For the first time, I really got it. I wanted her—every part of her—and I would do whatever I could to keep her happy and safe and fulfilled. So if my incubus was a part of that? If it could bring her pleasure and offer her protection?
Well, it seemed like my other side and I could get along just fine.
Chapter Ten
Hera
Walking up to my old house kicked me hard. Somehow, it stung more than seeing Aaron, even more than having my parents reject me.
I think it was because I’d grown up in this house, because most of the memories of my life had occurred within these walls.More than anything else, this place felt like my childhood, like the physical representation of my past.
“I don’t sense anyone inside,” Kit said from beside me.I’d brought only Kit with me on this errand, since having only one person would make this stop faster and safer.
“I don’t hear anyone either,”I signed.“Moa said they aren’t supposed to be home for another two days, so they’d give the staff that time off.”
There was a party in another few days, one my parents were expected to attend. It was the sort of thing I would have gone to as well, where they’d have trotted me out like some trophy and made me talk to people I didn’t know, people who didn’t give a damn about me beyond my name. Just thinking about how they continued to live their life as if I wasn’t gone made me close my hands into tight fists.
Kit nodded as we walked toward the entrance. Cameras would catch our approach, but unless the alarms went off, no one would monitor the footage. And what did I care if later they realized I’d come? I’d be long gone by then.

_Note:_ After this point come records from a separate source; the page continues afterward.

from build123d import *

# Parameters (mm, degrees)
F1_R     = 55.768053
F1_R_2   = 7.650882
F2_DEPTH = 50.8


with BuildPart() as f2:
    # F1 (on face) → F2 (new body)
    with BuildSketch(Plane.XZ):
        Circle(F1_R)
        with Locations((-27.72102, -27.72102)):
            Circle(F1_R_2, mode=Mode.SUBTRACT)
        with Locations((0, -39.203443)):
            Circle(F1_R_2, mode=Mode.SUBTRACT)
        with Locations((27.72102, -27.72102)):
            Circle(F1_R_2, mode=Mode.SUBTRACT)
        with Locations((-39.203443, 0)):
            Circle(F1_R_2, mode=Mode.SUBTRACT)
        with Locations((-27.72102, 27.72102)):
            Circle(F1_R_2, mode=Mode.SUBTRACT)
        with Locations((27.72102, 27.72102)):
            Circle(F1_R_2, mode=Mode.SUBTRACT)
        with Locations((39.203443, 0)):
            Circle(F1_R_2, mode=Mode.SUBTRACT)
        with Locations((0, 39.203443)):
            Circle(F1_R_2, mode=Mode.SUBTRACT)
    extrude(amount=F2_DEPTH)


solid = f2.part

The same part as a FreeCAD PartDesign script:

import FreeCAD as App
import Part
import Sketcher
from FreeCAD import Vector
Q = App.Units.Quantity

doc = App.newDocument("Part")
body = doc.addObject("PartDesign::Body", "Body")

# Sketch on XZ plane
sketch1 = body.newObject("Sketcher::SketchObject", "Sketch")
sketch1.AttachmentSupport = (doc.getObject("XZ_Plane"), [""])
sketch1.MapMode = "FlatFace"
sketch1.addGeometry([
    Part.Circle(Vector(0, 0, 0), Vector(0, 0, 1), 56),  # 0
    Part.Circle(Vector(-28, -28, 0), Vector(0, 0, 1), 8),  # 1
    Part.Circle(Vector(0, -39, 0), Vector(0, 0, 1), 8),  # 2
    Part.Circle(Vector(-39, 0, 0), Vector(0, 0, 1), 8),  # 3
    Part.Circle(Vector(28, -28, 0), Vector(0, 0, 1), 8),  # 4
    Part.Circle(Vector(39, 0, 0), Vector(0, 0, 1), 8),  # 5
    Part.Circle(Vector(-28, 28, 0), Vector(0, 0, 1), 8),  # 6
    Part.Circle(Vector(0, 39, 0), Vector(0, 0, 1), 8),  # 7
    Part.Circle(Vector(28, 28, 0), Vector(0, 0, 1), 8),  # 8
], False)
sketch1.addConstraint([
    Sketcher.Constraint("Coincident", 0, 3, -1, 1),
    Sketcher.Constraint("Equal", 1, 2),
    Sketcher.Constraint("Equal", 2, 3),
    Sketcher.Constraint("Equal", 3, 4),
    Sketcher.Constraint("Equal", 4, 5),
    Sketcher.Constraint("Equal", 5, 6),
    Sketcher.Constraint("Equal", 6, 7),
    Sketcher.Constraint("Equal", 7, 8),
    Sketcher.Constraint("Symmetric", 3, 3, 5, 3, -1, 1),
    Sketcher.Constraint("Symmetric", 4, 3, 6, 3, -1, 1),
    Sketcher.Constraint("Symmetric", 2, 3, 7, 3, -1, 1),
    Sketcher.Constraint("Symmetric", 1, 3, 8, 3, -1, 1),
    Sketcher.Constraint("Symmetric", 1, 3, 4, 3, -2),
    Sketcher.Constraint("PointOnObject", 2, 3, -2),
    Sketcher.Constraint("PointOnObject", 3, 3, -1),
    Sketcher.Constraint("Diameter", 0, Q("111.536106 mm")),
    Sketcher.Constraint("Diameter", 1, Q("15.301764 mm")),
    Sketcher.Constraint("DistanceX", 1, 3, -1, 1, Q("27.72102 mm")),
    Sketcher.Constraint("DistanceY", 1, 3, -1, 1, Q("27.72102 mm")),
    Sketcher.Constraint("DistanceY", 2, 3, -1, 1, Q("39.203443 mm")),
    Sketcher.Constraint("DistanceX", 3, 3, -1, 1, Q("39.203443 mm")),
])
pad1 = body.newObject("PartDesign::Pad", "Pad")
pad1.Profile = sketch1
pad1.Length = Q("2 in")

doc.recompute()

We’d already watched the house for over an hour, checking for any sign of surveillance or trap. Between my hearing and Kit’s predatory sense, we could have identified anyone near the place, but nothing had moved. We just had to stay on our toes so we could bolt if that changed.
We went up to the porch, the massive front doors both reassuring and intimidating. It was a strange juxtaposition between who I’d been in the past and who I was now. Before, I’d have skipped into this house because it had been my home. Now, though? Now it felt strange, like some long-dead corpse.
Funny, since I was the only thing that had changed in the last year.This was the same door, the same landscaping, the same house.
I breathed in deeply before punching in a code. It flashed green and the lock clicked open.
“They didn’t change your code?” Kit asked.
“They probably did. It isn’t hard to guess my mother’s code, though. She always hated to remember passwords, despite my father lecturing her, so she always uses our first dog’s birthday.”
Kit set a hand on my shoulder and squeezed without saying anything. Why would he say something? It just was what it was. We couldn’t do anything about it. If I let every reminder of what I’d lost get to me, I’d never get a damned thing done.
So I walked into the house and closed the door behind me. I punched the same code into the keypad inside to deactivate all the security measures inside.
When I turned away from it, I froze. The house looked exactly the same. Worse, right there, on the opposite wall, hung a huge painting.
I still remembered posing for it, back when I’d been thirteen and my mother had forced me into an uncomfortable dress just so we could look like the family she’d wanted to portray. A stylist had come and curled my hair, doing my makeup to cover a blemish on my cheek, one my mother had made a big deal to the photographer about editing it out in the final product.
Along with the gray in her hair or any lines in her face that injections hadn’t fixed.
I sighed as I stared for a minute, lost in the past, in that day. I’d hated doing it, but I’d done it. I hadn’t complained when the dress had been too tight, when my feet had hurt, when my mother’s cutting words had nearly drawn blood.
And staring at the girl there, I didn’t think I knew her anymore. If I went through that now, I wouldn’t stand there, silent.
Funny, given I couldn’t actually speak, but I wasn’t the same push over I had been before. I wasn’t nearly so worried about looking a certain way, about being liked anymore.
I shook my head and pointed up the stairs. Kit and I didn’t need to stare at an old painting. We were here for a reason—to pick up a few things that I wouldn’t get another chance to grab. We had to run, but that didn’t mean I couldn’t try to take a tiny piece of my past with me.
Kit peered around the house as we went. “It’s hard to believe you grew up like this.”
“How did you grow up?”
“I honestly don’t recall much. Memories get difficult to retain as more time passes for shades who don’t age. Our brains simply aren’t made to recall so much information, so while the memories are there, they are difficult to thread together and access or recall. I know I wasn’t born privileged, that my family struggled, but that it was also a happy family.”
“Then you were better off than I was.”
“That painting showed a family who was happy.”